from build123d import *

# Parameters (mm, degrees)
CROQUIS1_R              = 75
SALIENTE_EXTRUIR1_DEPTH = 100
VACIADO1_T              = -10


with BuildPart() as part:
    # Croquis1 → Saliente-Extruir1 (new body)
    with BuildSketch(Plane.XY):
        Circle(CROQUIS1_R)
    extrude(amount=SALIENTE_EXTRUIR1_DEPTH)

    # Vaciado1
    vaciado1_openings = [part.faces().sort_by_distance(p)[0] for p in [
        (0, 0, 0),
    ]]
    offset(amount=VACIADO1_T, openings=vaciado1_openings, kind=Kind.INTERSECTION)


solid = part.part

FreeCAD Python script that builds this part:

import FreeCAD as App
import Part
import Sketcher
from FreeCAD import Vector


def faces_at(feature, points):
    """Names of the faces that lie closest to the given points."""
    faces = feature.Shape.Faces
    near = lambda p: min(range(len(faces)), key=lambda i: faces[i].distToShape(Part.Vertex(*p))[0])
    return sorted({f"Face{near(p) + 1}" for p in points})

doc = App.newDocument("Part")
body = doc.addObject("PartDesign::Body", "Body")

# Sketch on XY plane
sketch1 = body.newObject("Sketcher::SketchObject", "Sketch")
sketch1.AttachmentSupport = (doc.getObject("XY_Plane"), [""])
sketch1.MapMode = "FlatFace"
sketch1.addGeometry(Part.Circle(Vector(0, 0, 0), Vector(0, 0, 1), 75), False)
sketch1.addConstraint(Sketcher.Constraint("Coincident", 0, 3, -1, 1))
sketch1.addConstraint(Sketcher.Constraint("Diameter", 0, 150.0))
pad1 = body.newObject("PartDesign::Pad", "Pad")
pad1.Profile = sketch1
pad1.Length = 100
doc.recompute()

thickness = body.newObject("PartDesign::Thickness", "Thickness")
thickness.Base = (pad1, faces_at(pad1, [(0, 0, 0)]))
thickness.Value = 10
thickness.Reversed = True
thickness.Join = "Intersection"

doc.recompute()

### What is required:
Say, as a bare number, how many lines in the entries above include the string "with".

### Response for this exercise:
2